Task data
'''
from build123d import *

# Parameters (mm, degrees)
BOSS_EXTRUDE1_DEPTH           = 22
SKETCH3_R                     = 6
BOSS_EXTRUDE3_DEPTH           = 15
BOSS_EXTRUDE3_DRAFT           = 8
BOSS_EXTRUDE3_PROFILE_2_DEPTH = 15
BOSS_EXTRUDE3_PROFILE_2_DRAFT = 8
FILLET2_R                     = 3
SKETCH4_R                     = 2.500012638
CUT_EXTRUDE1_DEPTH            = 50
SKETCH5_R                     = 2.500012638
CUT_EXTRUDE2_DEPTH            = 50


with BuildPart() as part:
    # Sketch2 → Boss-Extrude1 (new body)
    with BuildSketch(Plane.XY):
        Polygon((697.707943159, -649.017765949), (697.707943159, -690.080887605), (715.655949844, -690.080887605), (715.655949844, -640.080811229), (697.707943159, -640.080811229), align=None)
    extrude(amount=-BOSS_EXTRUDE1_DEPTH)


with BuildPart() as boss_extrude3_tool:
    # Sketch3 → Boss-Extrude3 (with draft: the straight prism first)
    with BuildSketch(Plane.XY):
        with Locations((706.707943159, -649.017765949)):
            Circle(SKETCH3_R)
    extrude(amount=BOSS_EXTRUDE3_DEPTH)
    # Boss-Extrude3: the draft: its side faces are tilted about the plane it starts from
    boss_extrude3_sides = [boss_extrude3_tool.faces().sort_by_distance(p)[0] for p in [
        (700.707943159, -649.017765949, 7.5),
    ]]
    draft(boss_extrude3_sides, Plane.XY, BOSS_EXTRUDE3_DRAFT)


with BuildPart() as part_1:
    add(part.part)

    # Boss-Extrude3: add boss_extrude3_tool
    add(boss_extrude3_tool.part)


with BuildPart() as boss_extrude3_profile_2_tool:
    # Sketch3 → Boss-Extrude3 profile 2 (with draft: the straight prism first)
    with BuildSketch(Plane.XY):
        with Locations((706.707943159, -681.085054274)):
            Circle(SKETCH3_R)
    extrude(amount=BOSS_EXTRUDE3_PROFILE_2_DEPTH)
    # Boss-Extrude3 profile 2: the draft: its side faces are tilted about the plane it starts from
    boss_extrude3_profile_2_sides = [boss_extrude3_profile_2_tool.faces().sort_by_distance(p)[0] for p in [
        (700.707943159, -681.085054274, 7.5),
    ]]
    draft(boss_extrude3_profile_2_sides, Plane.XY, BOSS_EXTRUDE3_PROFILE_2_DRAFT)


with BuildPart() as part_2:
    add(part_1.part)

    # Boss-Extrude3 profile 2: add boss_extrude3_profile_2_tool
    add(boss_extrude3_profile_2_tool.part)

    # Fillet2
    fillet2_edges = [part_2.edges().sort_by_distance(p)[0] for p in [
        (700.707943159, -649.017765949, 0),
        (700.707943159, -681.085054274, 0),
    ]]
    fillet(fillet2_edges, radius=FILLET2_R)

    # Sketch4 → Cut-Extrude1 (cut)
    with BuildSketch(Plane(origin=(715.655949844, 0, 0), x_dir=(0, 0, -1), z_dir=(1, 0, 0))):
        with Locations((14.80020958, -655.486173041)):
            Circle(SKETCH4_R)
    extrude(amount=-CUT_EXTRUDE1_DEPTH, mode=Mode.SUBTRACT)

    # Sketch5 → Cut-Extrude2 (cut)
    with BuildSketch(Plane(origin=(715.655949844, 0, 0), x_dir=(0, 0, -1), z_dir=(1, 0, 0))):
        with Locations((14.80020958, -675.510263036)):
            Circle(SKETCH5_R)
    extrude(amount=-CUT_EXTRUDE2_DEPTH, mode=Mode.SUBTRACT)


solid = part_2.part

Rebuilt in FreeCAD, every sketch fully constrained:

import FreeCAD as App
import Part
import Sketcher

V = App.Vector


def edges_at(feature, points):
    """Names of the edges that pass closest to the given points."""
    edges = feature.Shape.Edges
    near = lambda p: min(range(len(edges)), key=lambda i: edges[i].distToShape(Part.Vertex(*p))[0])
    return sorted({f"Edge{near(p) + 1}" for p in points})


def faces_at(feature, points):
    """Names of the faces that lie closest to the given points."""
    faces = feature.Shape.Faces
    near = lambda p: min(range(len(faces)), key=lambda i: faces[i].distToShape(Part.Vertex(*p))[0])
    return sorted({f"Face{near(p) + 1}" for p in points})


def add_polygon(sketch, points):
    """Adds a closed chain of lines whose ends are joined by coincident constraints."""
    first, n = sketch.GeometryCount, len(points)
    for a, b in zip(points, points[1:] + points[:1]):
        sketch.addGeometry(Part.LineSegment(App.Vector(*a, 0), App.Vector(*b, 0)), False)
    for i in range(n):
        sketch.addConstraint(Sketcher.Constraint("Coincident", first + i, 2, first + (i + 1) % n, 1))

doc = App.newDocument("Part")
body = doc.addObject("PartDesign::Body", "Body")

sketch1 = body.newObject("Sketcher::SketchObject", "Sketch")
sketch1.AttachmentSupport = (doc.getObject("XY_Plane"), [""])
sketch1.MapMode = "FlatFace"
add_polygon(sketch1, [(698, -690), (716, -690), (716, -640), (698, -640)])
sketch1.addConstraint([
    Sketcher.Constraint("Horizontal", 0),
    Sketcher.Constraint("Vertical", 1),
    Sketcher.Constraint("Horizontal", 2),
    Sketcher.Constraint("Vertical", 3),
    Sketcher.Constraint("DistanceX", 0, 1, 0, 2, 17.948007),
    Sketcher.Constraint("DistanceY", 1, 1, 1, 2, 50.000076),
    Sketcher.Constraint("DistanceX", -1, 1, 0, 2, 715.65595),
    Sketcher.Constraint("DistanceY", 1, 2, -1, 1, 640.080811),
])
pad1 = body.newObject("PartDesign::Pad", "Pad")
pad1.Profile = sketch1
pad1.Length = 22
pad1.Reversed = True
body2 = doc.addObject("PartDesign::Body", "Body001")

sketch2 = body2.newObject("Sketcher::SketchObject", "Sketch001")
sketch2.AttachmentSupport = (doc.getObject("XY_Plane001"), [""])
sketch2.MapMode = "FlatFace"
sketch2.addGeometry(Part.Circle(V(707, -649, 0), V(0, 0, 1), 6), False)
sketch2.addConstraint([
    Sketcher.Constraint("Diameter", 0, 12.0),
    Sketcher.Constraint("DistanceX", -1, 1, 0, 3, 706.707943),
    Sketcher.Constraint("DistanceY", 0, 3, -1, 1, 649.017766),
])
pad2 = body2.newObject("PartDesign::Pad", "Pad001")
pad2.Profile = sketch2
pad2.Length = 15
doc.recompute()

draft = body2.newObject("PartDesign::Draft", "Draft")
draft.Base = (pad2, faces_at(pad2, [(700.708, -649.018, 7.5)]))
draft.NeutralPlane = (doc.getObject("XY_Plane001"), [""])
draft.Angle = 8
draft.Reversed = False
doc.recompute()

boolean = body.newObject("PartDesign::Boolean", "Boolean")
boolean.Type = "Fuse"
boolean.addObjects([body2])
body3 = doc.addObject("PartDesign::Body", "Body002")

sketch3 = body3.newObject("Sketcher::SketchObject", "Sketch002")
sketch3.AttachmentSupport = (doc.getObject("XY_Plane002"), [""])
sketch3.MapMode = "FlatFace"
sketch3.addGeometry(Part.Circle(V(707, -681, 0), V(0, 0, 1), 6), False)
sketch3.addConstraint([
    Sketcher.Constraint("Diameter", 0, 12.0),
    Sketcher.Constraint("DistanceX", -1, 1, 0, 3, 706.707943),
    Sketcher.Constraint("DistanceY", 0, 3, -1, 1, 681.085054),
])
pad3 = body3.newObject("PartDesign::Pad", "Pad002")
pad3.Profile = sketch3
pad3.Length = 15
doc.recompute()

draft2 = body3.newObject("PartDesign::Draft", "Draft001")
draft2.Base = (pad3, faces_at(pad3, [(700.708, -681.085, 7.5)]))
draft2.NeutralPlane = (doc.getObject("XY_Plane002"), [""])
draft2.Angle = 8
draft2.Reversed = False
doc.recompute()

boolean2 = body.newObject("PartDesign::Boolean", "Boolean001")
boolean2.Type = "Fuse"
boolean2.addObjects([body3])
doc.recompute()

fillet = body.newObject("PartDesign::Fillet", "Fillet")
fillet.Base = (boolean2, edges_at(boolean2, [(700.708, -649.018, 0), (700.708, -681.085, 0)]))
fillet.Radius = 3

sketch4 = body.newObject("Sketcher::SketchObject", "Sketch003")
sketch4.AttachmentSupport = (doc.getObject("YZ_Plane"), [""])
sketch4.MapMode = "FlatFace"
sketch4.AttachmentOffset = App.Placement(V(0, 0, 715.65595), App.Rotation())
sketch4.addGeometry(Part.Circle(V(-655.5, -14.8, 0), V(0, 0, 1), 2.5), False)
sketch4.addConstraint([
    Sketcher.Constraint("Diameter", 0, 5.000025),
    Sketcher.Constraint("DistanceY", 0, 3, -1, 1, 14.80021),
    Sketcher.Constraint("DistanceX", 0, 3, -1, 1, 655.486173),
])
pocket1 = body.newObject("PartDesign::Pocket", "Pocket")
pocket1.Profile = sketch4
pocket1.Length = 50

sketch5 = body.newObject("Sketcher::SketchObject", "Sketch004")
sketch5.AttachmentSupport = (doc.getObject("YZ_Plane"), [""])
sketch5.MapMode = "FlatFace"
sketch5.AttachmentOffset = App.Placement(V(0, 0, 715.65595), App.Rotation())
sketch5.addGeometry(Part.Circle(V(-675.5, -14.8, 0), V(0, 0, 1), 2.5), False)
sketch5.addConstraint([
    Sketcher.Constraint("Diameter", 0, 5.000025),
    Sketcher.Constraint("DistanceY", 0, 3, -1, 1, 14.80021),
    Sketcher.Constraint("DistanceX", 0, 3, -1, 1, 675.510263),
])
pocket2 = body.newObject("PartDesign::Pocket", "Pocket001")
pocket2.Profile = sketch5
pocket2.Length = 50

doc.recompute()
'''
Your task
Given the records above, restate word for word only the lines starting at the one with "# Sketch5 → Cut-Extrude2 (cut)" and ending at the one with "Rebuilt in FreeCAD, every".

Worked solution
    # Sketch5 → Cut-Extrude2 (cut)
    with BuildSketch(Plane(origin=(715.655949844, 0, 0), x_dir=(0, 0, -1), z_dir=(1, 0, 0))):
        with Locations((14.80020958, -675.510263036)):
            Circle(SKETCH5_R)
    extrude(amount=-CUT_EXTRUDE2_DEPTH, mode=Mode.SUBTRACT)


solid = part_2.part

Rebuilt in FreeCAD, every sketch fully constrained:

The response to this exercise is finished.